Monika ten Bruggencate
Programming Environment Group
Silicon Graphics, Inc.
1660 Old Pecos Trail, Suite F
Santa Fe, NM 87501, USA

monikatb@cray.com
http://wwwsdiv.cray.com/~monikatb

ABSTRACT:
This paper discusses the implementation of the new OpenMP standard for Fortran shared memory parallel processing in Programming Environment Release 3.1 for Cray PVP systems. Similarities and differences between OpenMP and Autotasking compiler directives, environment variables and other control mechanisms are discussed. It becomes clear that OpenMP provides equivalents for all of the essential features of current PVP Autotasking and Microtasking. The paper then discusses where users should be careful when converting Autotasked or Microtasked PVP codes to OpenMP and provides guidelines for the conversion.

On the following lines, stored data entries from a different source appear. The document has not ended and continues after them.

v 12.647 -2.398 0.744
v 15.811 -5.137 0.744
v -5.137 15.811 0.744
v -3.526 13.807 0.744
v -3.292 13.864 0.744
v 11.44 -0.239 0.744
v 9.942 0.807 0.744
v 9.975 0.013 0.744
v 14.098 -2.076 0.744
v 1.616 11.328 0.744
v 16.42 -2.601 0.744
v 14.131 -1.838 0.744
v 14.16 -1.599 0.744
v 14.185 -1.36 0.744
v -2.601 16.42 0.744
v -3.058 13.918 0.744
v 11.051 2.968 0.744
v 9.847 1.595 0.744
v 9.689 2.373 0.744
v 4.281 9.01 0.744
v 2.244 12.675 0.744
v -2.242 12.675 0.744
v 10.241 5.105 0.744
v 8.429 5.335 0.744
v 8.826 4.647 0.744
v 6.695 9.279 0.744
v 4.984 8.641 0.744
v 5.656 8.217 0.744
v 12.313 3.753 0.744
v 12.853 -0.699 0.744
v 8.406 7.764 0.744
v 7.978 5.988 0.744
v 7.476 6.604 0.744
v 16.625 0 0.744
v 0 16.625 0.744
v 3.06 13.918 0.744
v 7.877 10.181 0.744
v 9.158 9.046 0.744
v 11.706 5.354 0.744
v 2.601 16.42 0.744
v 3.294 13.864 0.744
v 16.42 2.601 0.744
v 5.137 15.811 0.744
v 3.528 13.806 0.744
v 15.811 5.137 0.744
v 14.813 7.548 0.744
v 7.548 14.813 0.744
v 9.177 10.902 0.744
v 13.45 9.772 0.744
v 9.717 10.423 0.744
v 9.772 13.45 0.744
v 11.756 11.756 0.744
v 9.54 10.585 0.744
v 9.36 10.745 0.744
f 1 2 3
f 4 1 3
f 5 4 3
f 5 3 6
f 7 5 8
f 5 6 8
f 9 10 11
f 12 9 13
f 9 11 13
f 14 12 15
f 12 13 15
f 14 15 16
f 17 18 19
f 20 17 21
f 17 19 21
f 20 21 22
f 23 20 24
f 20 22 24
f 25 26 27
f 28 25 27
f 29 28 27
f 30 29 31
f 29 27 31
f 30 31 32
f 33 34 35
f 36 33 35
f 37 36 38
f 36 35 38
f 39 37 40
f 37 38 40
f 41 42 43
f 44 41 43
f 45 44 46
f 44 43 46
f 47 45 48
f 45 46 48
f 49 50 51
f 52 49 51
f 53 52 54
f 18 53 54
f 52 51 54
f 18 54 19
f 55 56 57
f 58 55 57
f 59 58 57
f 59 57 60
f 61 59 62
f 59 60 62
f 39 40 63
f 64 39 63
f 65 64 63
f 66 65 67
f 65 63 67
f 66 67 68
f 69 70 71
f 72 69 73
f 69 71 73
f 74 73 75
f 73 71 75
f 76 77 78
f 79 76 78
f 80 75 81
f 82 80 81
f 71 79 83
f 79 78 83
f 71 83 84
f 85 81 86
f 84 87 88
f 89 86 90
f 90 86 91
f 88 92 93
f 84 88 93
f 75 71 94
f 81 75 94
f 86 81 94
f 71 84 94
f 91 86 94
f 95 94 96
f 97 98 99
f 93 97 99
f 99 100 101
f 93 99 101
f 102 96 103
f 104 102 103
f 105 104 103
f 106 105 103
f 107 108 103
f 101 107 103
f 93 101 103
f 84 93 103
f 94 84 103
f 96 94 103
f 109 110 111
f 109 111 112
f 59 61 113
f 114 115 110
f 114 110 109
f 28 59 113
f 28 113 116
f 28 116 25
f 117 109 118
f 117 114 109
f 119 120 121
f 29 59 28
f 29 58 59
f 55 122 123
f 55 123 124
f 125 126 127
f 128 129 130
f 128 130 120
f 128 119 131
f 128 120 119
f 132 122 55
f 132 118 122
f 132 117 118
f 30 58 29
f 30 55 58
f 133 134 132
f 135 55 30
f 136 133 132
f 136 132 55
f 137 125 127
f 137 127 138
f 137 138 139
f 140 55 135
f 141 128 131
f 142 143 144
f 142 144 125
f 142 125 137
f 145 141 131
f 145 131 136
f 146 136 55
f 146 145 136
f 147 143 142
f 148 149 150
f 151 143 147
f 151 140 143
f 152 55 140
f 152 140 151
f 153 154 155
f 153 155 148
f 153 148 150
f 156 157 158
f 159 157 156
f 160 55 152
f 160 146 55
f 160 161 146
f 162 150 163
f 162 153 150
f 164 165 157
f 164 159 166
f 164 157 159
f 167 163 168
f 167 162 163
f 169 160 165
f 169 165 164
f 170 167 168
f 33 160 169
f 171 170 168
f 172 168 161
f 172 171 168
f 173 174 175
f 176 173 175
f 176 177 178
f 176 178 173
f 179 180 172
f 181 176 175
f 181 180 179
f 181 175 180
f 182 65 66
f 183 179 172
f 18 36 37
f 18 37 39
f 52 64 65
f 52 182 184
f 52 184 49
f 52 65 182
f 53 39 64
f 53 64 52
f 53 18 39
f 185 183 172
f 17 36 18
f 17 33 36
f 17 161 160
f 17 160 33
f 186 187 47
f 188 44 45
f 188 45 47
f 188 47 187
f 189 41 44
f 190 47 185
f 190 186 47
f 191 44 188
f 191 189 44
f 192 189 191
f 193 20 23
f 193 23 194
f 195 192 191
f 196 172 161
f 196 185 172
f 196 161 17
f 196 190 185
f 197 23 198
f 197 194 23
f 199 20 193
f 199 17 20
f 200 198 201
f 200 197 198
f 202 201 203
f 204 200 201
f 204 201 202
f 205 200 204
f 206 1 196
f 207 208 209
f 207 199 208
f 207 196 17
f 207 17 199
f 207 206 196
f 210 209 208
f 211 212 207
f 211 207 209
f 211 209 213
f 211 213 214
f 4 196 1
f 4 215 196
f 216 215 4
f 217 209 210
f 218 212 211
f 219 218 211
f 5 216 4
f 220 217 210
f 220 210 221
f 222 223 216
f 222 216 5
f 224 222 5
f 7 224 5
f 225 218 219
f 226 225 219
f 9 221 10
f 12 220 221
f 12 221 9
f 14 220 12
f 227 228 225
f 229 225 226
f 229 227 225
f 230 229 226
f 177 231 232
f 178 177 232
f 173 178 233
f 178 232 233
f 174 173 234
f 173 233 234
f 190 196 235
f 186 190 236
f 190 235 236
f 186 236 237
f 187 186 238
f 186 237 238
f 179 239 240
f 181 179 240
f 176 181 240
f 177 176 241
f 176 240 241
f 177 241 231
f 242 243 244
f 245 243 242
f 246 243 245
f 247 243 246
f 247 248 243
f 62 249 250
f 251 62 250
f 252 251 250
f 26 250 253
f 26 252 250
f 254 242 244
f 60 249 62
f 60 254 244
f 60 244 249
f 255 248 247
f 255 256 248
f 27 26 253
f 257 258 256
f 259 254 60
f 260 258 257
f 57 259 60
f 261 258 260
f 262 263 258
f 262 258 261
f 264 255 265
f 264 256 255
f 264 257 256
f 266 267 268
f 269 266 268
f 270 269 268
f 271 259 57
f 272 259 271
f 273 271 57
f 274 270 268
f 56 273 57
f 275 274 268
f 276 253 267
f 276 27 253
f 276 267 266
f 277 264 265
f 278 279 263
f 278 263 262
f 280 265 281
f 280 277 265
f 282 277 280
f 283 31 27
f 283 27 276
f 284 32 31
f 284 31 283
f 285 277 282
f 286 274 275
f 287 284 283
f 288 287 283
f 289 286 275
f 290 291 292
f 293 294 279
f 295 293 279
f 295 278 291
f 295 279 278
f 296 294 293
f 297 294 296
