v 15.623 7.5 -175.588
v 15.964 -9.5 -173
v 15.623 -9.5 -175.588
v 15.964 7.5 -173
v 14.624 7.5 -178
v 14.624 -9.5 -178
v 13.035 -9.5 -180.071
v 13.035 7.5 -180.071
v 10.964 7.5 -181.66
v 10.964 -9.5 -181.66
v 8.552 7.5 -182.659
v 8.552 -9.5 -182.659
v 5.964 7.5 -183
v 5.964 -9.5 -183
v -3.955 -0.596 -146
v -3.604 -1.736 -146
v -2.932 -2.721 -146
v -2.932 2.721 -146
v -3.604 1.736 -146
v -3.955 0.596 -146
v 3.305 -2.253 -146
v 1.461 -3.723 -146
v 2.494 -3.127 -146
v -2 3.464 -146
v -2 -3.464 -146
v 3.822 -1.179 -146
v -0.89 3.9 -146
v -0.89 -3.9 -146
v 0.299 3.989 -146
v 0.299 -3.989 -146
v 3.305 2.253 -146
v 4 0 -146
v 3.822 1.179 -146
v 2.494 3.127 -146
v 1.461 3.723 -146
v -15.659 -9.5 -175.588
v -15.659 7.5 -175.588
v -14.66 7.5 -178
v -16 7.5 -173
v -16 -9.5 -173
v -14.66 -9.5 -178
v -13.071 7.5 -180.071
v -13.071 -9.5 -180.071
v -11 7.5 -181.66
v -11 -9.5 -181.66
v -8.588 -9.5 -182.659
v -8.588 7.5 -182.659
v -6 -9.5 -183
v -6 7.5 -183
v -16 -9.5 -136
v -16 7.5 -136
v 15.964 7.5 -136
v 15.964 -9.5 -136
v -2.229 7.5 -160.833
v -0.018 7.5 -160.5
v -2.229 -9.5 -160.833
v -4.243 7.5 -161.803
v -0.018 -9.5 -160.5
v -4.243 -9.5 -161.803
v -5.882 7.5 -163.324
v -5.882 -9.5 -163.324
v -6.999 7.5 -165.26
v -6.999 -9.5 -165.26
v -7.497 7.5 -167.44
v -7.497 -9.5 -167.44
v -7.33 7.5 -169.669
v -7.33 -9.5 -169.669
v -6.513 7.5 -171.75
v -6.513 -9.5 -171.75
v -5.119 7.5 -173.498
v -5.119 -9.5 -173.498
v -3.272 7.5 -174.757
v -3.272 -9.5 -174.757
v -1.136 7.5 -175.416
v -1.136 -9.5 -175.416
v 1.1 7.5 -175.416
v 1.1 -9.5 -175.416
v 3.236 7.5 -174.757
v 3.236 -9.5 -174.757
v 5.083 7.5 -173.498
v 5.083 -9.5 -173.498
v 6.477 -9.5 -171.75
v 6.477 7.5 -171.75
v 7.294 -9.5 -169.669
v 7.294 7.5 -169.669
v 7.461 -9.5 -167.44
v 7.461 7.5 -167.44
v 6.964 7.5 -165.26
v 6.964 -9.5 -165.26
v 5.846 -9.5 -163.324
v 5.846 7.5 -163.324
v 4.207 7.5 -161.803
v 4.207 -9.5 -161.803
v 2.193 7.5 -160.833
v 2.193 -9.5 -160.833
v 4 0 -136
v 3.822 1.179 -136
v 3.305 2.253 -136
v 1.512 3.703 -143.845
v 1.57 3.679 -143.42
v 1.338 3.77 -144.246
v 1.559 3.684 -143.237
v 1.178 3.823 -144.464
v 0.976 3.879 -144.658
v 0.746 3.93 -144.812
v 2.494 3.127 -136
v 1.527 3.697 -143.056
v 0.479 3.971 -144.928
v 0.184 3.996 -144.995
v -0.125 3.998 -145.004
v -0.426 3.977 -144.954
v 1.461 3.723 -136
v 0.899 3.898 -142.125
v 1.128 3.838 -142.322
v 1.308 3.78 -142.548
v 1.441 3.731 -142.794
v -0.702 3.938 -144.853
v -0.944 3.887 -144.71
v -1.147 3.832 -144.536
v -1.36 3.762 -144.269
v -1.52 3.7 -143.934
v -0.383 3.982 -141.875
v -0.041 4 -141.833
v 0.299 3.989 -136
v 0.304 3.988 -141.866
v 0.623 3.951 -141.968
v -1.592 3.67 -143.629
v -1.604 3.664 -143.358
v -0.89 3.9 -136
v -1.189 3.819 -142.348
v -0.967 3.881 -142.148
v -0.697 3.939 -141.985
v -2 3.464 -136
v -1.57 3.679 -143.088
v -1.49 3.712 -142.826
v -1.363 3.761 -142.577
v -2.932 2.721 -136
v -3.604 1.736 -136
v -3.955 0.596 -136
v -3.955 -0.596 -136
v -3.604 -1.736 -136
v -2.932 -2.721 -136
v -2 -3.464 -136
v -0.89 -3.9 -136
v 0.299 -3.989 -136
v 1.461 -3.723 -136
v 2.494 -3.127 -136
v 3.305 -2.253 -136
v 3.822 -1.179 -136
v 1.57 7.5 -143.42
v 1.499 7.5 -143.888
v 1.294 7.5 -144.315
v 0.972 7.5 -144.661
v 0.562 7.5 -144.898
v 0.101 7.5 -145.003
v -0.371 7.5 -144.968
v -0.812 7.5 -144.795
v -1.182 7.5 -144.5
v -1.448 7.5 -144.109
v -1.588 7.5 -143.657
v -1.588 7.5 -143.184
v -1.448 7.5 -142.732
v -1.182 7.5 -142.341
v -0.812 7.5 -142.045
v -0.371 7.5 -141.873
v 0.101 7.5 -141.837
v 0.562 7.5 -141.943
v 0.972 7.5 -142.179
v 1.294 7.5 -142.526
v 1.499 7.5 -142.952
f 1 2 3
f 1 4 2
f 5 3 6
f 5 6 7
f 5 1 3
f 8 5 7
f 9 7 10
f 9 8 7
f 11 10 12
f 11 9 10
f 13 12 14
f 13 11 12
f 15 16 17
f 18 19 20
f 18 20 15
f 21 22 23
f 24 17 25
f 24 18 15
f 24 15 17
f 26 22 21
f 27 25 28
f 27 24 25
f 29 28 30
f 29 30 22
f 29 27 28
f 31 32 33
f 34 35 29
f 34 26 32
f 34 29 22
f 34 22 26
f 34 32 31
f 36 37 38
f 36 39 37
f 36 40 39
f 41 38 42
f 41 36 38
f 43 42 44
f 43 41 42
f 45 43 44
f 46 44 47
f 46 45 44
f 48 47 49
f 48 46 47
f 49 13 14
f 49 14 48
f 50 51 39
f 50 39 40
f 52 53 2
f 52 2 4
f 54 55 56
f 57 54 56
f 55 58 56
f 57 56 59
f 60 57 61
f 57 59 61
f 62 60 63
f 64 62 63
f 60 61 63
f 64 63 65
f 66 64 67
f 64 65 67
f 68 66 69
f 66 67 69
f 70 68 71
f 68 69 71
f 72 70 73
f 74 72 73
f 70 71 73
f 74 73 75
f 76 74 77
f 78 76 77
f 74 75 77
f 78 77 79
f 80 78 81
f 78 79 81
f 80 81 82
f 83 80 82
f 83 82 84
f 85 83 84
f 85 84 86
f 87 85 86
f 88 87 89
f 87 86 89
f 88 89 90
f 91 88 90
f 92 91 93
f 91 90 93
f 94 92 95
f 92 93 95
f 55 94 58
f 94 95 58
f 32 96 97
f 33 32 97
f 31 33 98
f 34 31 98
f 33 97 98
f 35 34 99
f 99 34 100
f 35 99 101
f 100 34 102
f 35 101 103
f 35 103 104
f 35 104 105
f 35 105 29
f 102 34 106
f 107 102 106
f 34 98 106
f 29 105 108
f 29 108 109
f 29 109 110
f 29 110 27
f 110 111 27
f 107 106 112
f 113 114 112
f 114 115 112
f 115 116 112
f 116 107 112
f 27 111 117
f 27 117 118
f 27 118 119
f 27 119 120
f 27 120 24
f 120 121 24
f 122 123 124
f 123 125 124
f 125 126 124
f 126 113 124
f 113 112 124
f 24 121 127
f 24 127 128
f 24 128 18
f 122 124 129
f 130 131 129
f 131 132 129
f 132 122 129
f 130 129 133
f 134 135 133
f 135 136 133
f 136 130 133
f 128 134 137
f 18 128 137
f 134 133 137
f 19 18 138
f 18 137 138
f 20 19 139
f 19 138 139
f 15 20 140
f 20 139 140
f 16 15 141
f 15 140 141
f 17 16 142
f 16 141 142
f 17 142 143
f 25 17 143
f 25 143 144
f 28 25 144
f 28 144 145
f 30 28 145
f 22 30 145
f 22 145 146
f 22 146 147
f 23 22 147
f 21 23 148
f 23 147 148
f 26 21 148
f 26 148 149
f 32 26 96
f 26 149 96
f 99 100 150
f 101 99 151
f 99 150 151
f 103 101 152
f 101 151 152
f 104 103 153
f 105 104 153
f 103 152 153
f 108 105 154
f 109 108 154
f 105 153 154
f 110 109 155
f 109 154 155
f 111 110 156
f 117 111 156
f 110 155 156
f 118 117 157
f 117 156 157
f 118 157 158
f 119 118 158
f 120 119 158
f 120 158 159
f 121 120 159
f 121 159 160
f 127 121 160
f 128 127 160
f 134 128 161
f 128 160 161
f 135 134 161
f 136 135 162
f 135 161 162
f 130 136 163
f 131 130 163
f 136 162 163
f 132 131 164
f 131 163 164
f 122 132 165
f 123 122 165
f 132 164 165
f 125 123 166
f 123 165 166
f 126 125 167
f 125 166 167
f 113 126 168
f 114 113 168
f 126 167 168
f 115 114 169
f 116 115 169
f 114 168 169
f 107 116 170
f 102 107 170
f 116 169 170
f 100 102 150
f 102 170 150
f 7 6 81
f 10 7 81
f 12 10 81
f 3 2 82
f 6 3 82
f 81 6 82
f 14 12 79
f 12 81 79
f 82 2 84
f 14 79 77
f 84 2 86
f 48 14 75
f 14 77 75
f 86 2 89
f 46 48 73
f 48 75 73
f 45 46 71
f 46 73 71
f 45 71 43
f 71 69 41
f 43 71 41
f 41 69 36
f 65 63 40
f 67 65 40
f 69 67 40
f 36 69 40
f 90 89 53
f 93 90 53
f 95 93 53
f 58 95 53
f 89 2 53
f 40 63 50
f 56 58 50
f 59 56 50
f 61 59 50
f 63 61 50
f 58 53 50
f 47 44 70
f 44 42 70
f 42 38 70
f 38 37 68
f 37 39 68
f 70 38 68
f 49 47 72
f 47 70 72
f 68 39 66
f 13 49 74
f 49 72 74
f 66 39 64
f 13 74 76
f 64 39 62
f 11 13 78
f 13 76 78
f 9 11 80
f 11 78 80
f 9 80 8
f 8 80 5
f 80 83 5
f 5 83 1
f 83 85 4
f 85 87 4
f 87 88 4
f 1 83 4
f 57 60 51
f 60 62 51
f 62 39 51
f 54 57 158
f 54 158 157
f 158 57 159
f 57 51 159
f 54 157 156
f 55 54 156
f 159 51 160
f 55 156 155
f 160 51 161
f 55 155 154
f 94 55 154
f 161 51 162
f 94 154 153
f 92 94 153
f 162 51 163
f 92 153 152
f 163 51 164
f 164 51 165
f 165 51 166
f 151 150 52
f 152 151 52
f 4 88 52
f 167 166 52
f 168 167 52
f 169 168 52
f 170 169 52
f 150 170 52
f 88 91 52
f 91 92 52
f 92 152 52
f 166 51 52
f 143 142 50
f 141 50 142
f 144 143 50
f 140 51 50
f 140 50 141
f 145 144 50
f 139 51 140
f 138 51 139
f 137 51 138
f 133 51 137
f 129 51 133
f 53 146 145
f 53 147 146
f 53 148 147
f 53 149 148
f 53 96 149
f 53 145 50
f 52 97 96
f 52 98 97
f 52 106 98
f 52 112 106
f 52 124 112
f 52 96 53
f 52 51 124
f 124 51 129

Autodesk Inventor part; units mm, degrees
ref_plane "YZ Plane" through (0, 0, 0) normal (1, 0, 0) x (0, 1, 0)
ref_plane "XZ Plane" through (0, 0, 0) normal (0, 1, 0) x (-1, 0, 0)
ref_plane "XY Plane" through (0, 0, 0) normal (0, 0, 1) x (1, 0, 0)
sketch "Sketch1" plane through (0, 0, 0) normal (0, 0, 1) x (1, 0, 0)
  circle A0 centre (0, 0) radius 7.5
  line L0 (-16, 7.5) -> (16, 7.5)
  line L1 (16, 7.5) -> (16, -9.5)
  line L2 (16, -9.5) -> (-16, -9.5)
  line L3 (-16, -9.5) -> (-16, 7.5)
  line L4 (-7.5, 0) -> (-7.5, 7.5)
  line L5 (7.5, 0) -> (7.5, 7.5)
  point P0 (0, -9.5)
  dimension "d0" = 15
  dimension "d5" = 32
  dimension "d6" = 2
extrude "Extrusion1" add sketch "Sketch1" along normal blind 24.2 contours A0 L5 L0 L1 L2 L3 L4
sketch "Sketch2" plane through (0, 0, 24.2) normal (0, 0, 1) x (1, 0, 0)
  line L0 (-16, -9.5) -> (16, -9.5) projected
  line L1 (16, -9.5) -> (16, 7.5) projected
  line L2 (16, 7.5) -> (7.5, 7.5) projected
  line L3 (7.5, 7.5) -> (7.5, 0) projected
  arc A0 (-7.5, 0) -> (7.5, 0) centre (0, 0) ccw projected
  line L4 (-7.5, 0) -> (-7.5, 7.5) projected
  line L5 (-7.5, 7.5) -> (-16, 7.5) projected
  line L6 (-16, 7.5) -> (-16, -9.5) projected
  circle A1 centre (0, 0) radius 4.25
  line L7 (-7.5, 7.5) -> (-16, 7.5) projected
  line L8 (-7.5, 7.5) -> (7.5, 7.5)
  dimension "d10" = 8.5
extrude "Extrusion3" add sketch "Sketch2" along normal blind 3
sketch "Sketch4" plane through (0, 0, 0) normal (0, 0, -1) x (-1, 0, 0)
  line L0 (-16, 7.5) -> (-7.5, 7.5) projected
  line L1 (-16, -9.5) -> (-16, 7.5) projected
  line L2 (16, -9.5) -> (-16, -9.5) projected
  line L3 (16, 7.5) -> (16, -9.5) projected
  line L4 (7.5, 7.5) -> (16, 7.5) projected
  line L5 (-7.5, 7.5) -> (7.5, 7.5) projected
  circle A0 centre (0, 0) radius 4.25 projected
extrude "Extrusion4" add sketch "Sketch4" along normal blind 3
sketch "Sketch5" plane through (0, 0, -3) normal (0, 0, -1) x (-1, 0, 0)
  line L0 (16, 7.5) -> (-16, 7.5) projected
  line L1 (16, -9.5) -> (16, 7.5) projected
  line L2 (-16, -9.5) -> (16, -9.5) projected
  line L3 (-16, 7.5) -> (-16, -9.5) projected
  circle A0 centre (0, 0) radius 7.5
  arc A1 (-7.5, 0) -> (7.5, 0) centre (0, 0) ccw projected
  line L4 (7.5, 0) -> (7.5, 7.5)
  line L5 (-16, 7.5) -> (16, 7.5) projected
  line L6 (-7.5, 7.5) -> (-7.5, 0) projected
  line L7 (-7.5, 0) -> (-7.5, 7.5)
extrude "Extrusion5" add sketch "Sketch5" along normal blind 130 contours L1 L2 L3 L0 L6 A0 L4
sketch "Sketch6" plane through (0, 0, -133) normal (0, 0, -1) x (-1, 0, 0)
  line L0 (0, 0) -> (0, -9.5) construction
  line L1 (16, -9.5) -> (-16, -9.5) construction
  line L2 (-16, 7.5) -> (-16, -9.5) construction
  point P0 (-12.5, -6)
  point P1 (12.5, -6)
  dimension "d17" = 3.5
  dimension "d18" = 3.5
hole "Hole1" at (12.5, -6, -133) at (-12.5, -6, -133) direction (0, 0, 1) diameter 2.3813 depth 10 tip angle 118
sketch "Sketch7" plane through (-16, 7.5, 27.2) normal (0, 1, 0) x (1, 0, 0)
  line L0 (16, 0) -> (16, 160.2) construction
  line L1 (32, 160.2) -> (0, 160.2) projected
  line L2 (0, 160.2) -> (0, 0) projected
  line L3 (32, 0) -> (0, 0) projected
  point P0 (16, 27.2)
  point P1 (3.5, 3.5)
  point P2 (3.5, 33.5)
  point P3 (3.5, 63.5)
  point P4 (3.5, 93.5)
  point P5 (3.5, 123.5)
  point P6 (3.5, 145.2)
  point P7 (28.5, 3.5)
  point P8 (28.5, 33.5)
  point P9 (28.5, 63.5)
  point P10 (28.5, 93.5)
  point P11 (28.5, 123.5)
  point P12 (28.5, 145.2)
  dimension "d27" = 3.5
  dimension "d44" = 30
  dimension "d49" = 3.5
  dimension "d50" = 15
hole "Hole3" at (-12.5, 7.5, 23.7) at (-12.5, 7.5, -6.3) at (-12.5, 7.5, -36.3) at (-12.5, 7.5, -66.3) at (-12.5, 7.5, -96.3) at (-12.5, 7.5, -118) at (12.5, 7.5, 23.7) at (12.5, 7.5, -6.3) at (12.5, 7.5, -36.3) at (12.5, 7.5, -66.3) at (12.5, 7.5, -96.3) at (12.5, 7.5, -118) direction (0, -1, 0) diameter 3.175 end through all
sketch "Sketch8" plane through (-16, -9.5, 27.2) normal (0, -1, 0) x (1, 0, 0)
  circle A0 centre (28.5, -3.5) radius 1.5875 projected
  line L0 (30.2321, -6.5) -> (26.7679, -6.5)
  line L1 (26.7679, -6.5) -> (25.0359, -3.5)
  line L2 (25.0359, -3.5) -> (26.7679, -0.5)
  line L3 (26.7679, -0.5) -> (30.2321, -0.5)
  line L4 (30.2321, -0.5) -> (31.9641, -3.5)
  line L5 (31.9641, -3.5) -> (30.2321, -6.5)
  line L6 (5.2321, -6.5) -> (1.7679, -6.5)
  line L7 (1.7679, -0.5) -> (5.2321, -0.5)
  line L8 (5.2321, -0.5) -> (6.9641, -3.5)
  line L9 (6.9641, -3.5) -> (5.2321, -6.5)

Copyright © 1998. Silicon Graphics Company. All rights reserved.

KEYWORDS:
OpenMP, Autotasking, Microtasking, shared memory parallel processing, compilers.

What is OpenMP?

OpenMP is a new, standard application program interface (API) for Fortran shared memory parallel programming. Its goal is to provide a model for parallel programming that is portable across different shared memory architectures. The OpenMP Fortran API is documented at http://www.openmp.org. It contains descriptions of compiler directives, environment variables and library routines. The library routines and environment variables provide the functionality to control the run-time execution environment. The compiler directive sentinels are structured so that they are treated as comments in Fortran. Compilers that support the OpenMP Fortran API will provide a command line option that activates and allows interpretation of all OpenMP compiler directives. Note that, the OpenMP Fortran API specification describes only user-directed parallelization, that is, the user specifies the actions to be taken by the compiler and run-time system in order to execute the program in parallel.

OpenMP allows Fortran programmers to write compliant code which can be compiled and run on any system which complies with the standard. OpenMP is an open standard, supported by many vendors including SGI, IBM, and Intel. It is also supported by many Independent Software Vendors (ISVs) such as ANSYS.

Fortran 90 in Programming Environment Release 3.1 (3Q98) will support OpenMP.

OpenMP is SGI's direction for the future. While older PVP tasking, that is Microtasking, Macrotasking and Autotasking, is still supported, users should begin to migrate codes to OpenMP, as future products and platforms may not provide all of the old tasking directives. OpenMP provides equivalents for all of the essential features of current PVP tasking. Performance of OpenMP should be equivalent to performance of Autotasking, Microtasking or Macrotasking in most cases.

In the following sections we review a few of Cray's parallel programming paradigms available on PVPs which are closely related to OpenMP, present the platforms on which OpenMP is supported, and discuss how to convert tasked code to OpenMP.

Parallel Programming Paradigms

Cray's first parallel processing capability was Macrotasking. Users insert calls to library routines (such as TSKSTART) which creates and manages tasks for coarse grain tasking. Macrotasking is still supported, but we do not discuss it further here.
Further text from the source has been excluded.